===== Provided data

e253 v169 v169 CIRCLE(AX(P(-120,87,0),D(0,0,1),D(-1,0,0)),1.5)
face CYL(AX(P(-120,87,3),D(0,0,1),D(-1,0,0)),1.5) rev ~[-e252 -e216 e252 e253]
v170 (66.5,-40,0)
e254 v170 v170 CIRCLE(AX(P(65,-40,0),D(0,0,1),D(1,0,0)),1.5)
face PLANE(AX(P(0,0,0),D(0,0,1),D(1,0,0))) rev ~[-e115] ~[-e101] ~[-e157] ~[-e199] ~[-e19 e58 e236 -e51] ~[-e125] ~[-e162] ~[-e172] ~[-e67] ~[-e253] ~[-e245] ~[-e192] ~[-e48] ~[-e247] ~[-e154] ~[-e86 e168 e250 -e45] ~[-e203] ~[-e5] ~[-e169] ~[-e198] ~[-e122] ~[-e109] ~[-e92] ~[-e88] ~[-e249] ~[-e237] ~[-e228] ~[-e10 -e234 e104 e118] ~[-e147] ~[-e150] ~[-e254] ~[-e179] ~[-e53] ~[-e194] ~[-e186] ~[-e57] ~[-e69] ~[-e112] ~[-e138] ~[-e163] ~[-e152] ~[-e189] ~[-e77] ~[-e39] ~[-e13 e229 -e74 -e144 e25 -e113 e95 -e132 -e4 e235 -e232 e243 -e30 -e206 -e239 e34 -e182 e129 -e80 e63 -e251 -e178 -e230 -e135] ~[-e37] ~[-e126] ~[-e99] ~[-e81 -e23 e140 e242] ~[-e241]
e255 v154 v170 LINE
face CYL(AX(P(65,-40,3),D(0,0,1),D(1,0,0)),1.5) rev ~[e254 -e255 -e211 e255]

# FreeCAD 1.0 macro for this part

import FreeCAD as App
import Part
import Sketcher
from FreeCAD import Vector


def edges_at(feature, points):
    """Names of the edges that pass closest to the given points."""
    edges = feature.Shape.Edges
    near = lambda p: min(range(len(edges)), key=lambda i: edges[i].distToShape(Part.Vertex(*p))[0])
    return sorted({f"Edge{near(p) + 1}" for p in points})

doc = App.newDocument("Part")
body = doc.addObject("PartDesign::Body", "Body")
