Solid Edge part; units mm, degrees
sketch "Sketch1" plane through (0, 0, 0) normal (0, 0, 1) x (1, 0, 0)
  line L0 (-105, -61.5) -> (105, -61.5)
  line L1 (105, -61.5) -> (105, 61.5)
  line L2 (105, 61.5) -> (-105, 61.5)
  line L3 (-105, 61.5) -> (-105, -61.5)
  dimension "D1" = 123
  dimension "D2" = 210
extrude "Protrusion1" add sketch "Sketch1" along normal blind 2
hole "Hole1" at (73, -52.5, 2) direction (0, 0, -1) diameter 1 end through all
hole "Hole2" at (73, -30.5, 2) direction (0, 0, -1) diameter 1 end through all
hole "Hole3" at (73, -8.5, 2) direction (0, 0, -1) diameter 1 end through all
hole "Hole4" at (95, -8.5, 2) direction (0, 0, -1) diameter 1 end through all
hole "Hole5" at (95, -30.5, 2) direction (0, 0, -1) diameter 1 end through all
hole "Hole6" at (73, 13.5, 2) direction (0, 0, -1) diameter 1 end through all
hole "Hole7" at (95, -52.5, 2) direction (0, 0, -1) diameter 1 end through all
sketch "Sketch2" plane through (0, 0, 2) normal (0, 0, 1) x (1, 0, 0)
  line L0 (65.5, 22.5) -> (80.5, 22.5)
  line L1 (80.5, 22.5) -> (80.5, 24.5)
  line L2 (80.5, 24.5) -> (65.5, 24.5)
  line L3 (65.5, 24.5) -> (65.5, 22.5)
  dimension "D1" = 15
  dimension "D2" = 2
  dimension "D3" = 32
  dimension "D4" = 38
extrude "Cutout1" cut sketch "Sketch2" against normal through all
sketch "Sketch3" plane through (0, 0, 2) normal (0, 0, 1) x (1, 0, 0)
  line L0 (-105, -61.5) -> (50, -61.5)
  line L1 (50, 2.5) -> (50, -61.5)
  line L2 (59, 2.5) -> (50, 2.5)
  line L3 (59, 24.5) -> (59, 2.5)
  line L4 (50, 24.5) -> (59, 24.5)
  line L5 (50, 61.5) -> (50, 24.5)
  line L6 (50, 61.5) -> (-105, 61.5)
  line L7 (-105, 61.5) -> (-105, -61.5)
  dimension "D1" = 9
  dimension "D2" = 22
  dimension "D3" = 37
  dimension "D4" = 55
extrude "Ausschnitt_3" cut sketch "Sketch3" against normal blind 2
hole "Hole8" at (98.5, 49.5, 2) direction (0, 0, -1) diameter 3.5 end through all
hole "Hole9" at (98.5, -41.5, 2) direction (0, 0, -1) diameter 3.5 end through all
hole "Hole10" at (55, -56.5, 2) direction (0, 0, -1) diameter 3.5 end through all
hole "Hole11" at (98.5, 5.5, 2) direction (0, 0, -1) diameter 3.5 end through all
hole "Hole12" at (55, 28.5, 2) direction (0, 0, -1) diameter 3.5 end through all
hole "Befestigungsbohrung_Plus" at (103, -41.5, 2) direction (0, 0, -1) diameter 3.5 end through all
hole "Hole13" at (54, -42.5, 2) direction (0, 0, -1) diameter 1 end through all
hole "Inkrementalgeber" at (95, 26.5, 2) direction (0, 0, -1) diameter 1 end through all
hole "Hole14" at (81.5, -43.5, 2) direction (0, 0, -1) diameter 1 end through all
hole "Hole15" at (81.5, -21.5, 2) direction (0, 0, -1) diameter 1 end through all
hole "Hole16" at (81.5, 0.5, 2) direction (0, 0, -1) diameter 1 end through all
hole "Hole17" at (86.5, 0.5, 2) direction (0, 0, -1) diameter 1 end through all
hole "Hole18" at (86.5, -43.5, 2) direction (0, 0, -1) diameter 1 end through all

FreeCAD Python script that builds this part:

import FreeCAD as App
import Part
import Sketcher


def add_polygon(sketch, points):
    """Adds a closed chain of lines whose ends are joined by coincident constraints."""
    first, n = sketch.GeometryCount, len(points)
    for a, b in zip(points, points[1:] + points[:1]):
        sketch.addGeometry(Part.LineSegment(App.Vector(*a, 0), App.Vector(*b, 0)), False)
    for i in range(n):
        sketch.addConstraint(Sketcher.Constraint("Coincident", first + i, 2, first + (i + 1) % n, 1))

doc = App.newDocument("Part")
body = doc.addObject("PartDesign::Body", "Body")

# Sketch on XY plane
sketch1 = body.newObject("Sketcher::SketchObject", "Sketch")
sketch1.AttachmentSupport = (doc.getObject("XY_Plane"), [""])
sketch1.MapMode = "FlatFace"
add_polygon(sketch1, [(-105, 62), (-105, -62), (105, -62), (105, 62)])  # lines 0-3
sketch1.addConstraint([
    Sketcher.Constraint("Vertical", 0),
    Sketcher.Constraint("Horizontal", 1),
    Sketcher.Constraint("Vertical", 2),
    Sketcher.Constraint("Horizontal", 3),
    Sketcher.Constraint("Symmetric", 0, 2, 2, 2, -1, 1),
    Sketcher.Constraint("DistanceX", 0, 2, -1, 1, 105.0),
    Sketcher.Constraint("DistanceY", 0, 2, 0, 1, 123.0),
])
pad1 = body.newObject("PartDesign::Pad", "Pad")
pad1.Profile = sketch1
pad1.Length = 2

# Sketch on XY plane
sketch2 = body.newObject("Sketcher::SketchObject", "Sketch001")
sketch2.AttachmentSupport = (doc.getObject("XY_Plane"), [""])
sketch2.MapMode = "FlatFace"
sketch2.AttachmentOffset = App.Placement(App.Vector(0, 0, 2), App.Rotation())
sketch2.addGeometry(Part.Circle(App.Vector(73, -52.5, 0), App.Vector(0, 0, 1), 0.5), False)
sketch2.addConstraint([
    Sketcher.Constraint("Diameter", 0, 1.0),
    Sketcher.Constraint("DistanceX", -1, 1, 0, 3, 73.0),
    Sketcher.Constraint("DistanceY", 0, 3, -1, 1, 52.5),
])
doc.recompute()
hole = body.newObject("PartDesign::Hole", "Hole")
hole.Profile = sketch2
hole.ThreadType = "None"
hole.Diameter = 1
hole.DepthType = "ThroughAll"

# Sketch on XY plane
sketch3 = body.newObject("Sketcher::SketchObject", "Sketch002")
sketch3.AttachmentSupport = (doc.getObject("XY_Plane"), [""])
sketch3.MapMode = "FlatFace"
sketch3.AttachmentOffset = App.Placement(App.Vector(0, 0, 2), App.Rotation())
sketch3.addGeometry(Part.Circle(App.Vector(73, -30.5, 0), App.Vector(0, 0, 1), 0.5), False)
sketch3.addConstraint([
    Sketcher.Constraint("Diameter", 0, 1.0),
    Sketcher.Constraint("DistanceX", -1, 1, 0, 3, 73.0),
    Sketcher.Constraint("DistanceY", 0, 3, -1, 1, 30.5),
])
doc.recompute()
hole2 = body.newObject("PartDesign::Hole", "Hole001")
hole2.Profile = sketch3
hole2.ThreadType = "None"
hole2.Diameter = 1
hole2.DepthType = "ThroughAll"

# Sketch on XY plane
sketch4 = body.newObject("Sketcher::SketchObject", "Sketch003")
sketch4.AttachmentSupport = (doc.getObject("XY_Plane"), [""])
sketch4.MapMode = "FlatFace"
sketch4.AttachmentOffset = App.Placement(App.Vector(0, 0, 2), App.Rotation())
sketch4.addGeometry(Part.Circle(App.Vector(73, -8.5, 0), App.Vector(0, 0, 1), 0.5), False)
sketch4.addConstraint([
    Sketcher.Constraint("Diameter", 0, 1.0),
    Sketcher.Constraint("DistanceX", -1, 1, 0, 3, 73.0),
    Sketcher.Constraint("DistanceY", 0, 3, -1, 1, 8.5),
])
doc.recompute()
hole3 = body.newObject("PartDesign::Hole", "Hole002")
hole3.Profile = sketch4
hole3.ThreadType = "None"
hole3.Diameter = 1
hole3.DepthType = "ThroughAll"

==========

- [Work request]
Look through the records and gather each line with the word "against".

- [Answer]
extrude "Cutout1" cut sketch "Sketch2" against normal through all
extrude "Ausschnitt_3" cut sketch "Sketch3" against normal blind 2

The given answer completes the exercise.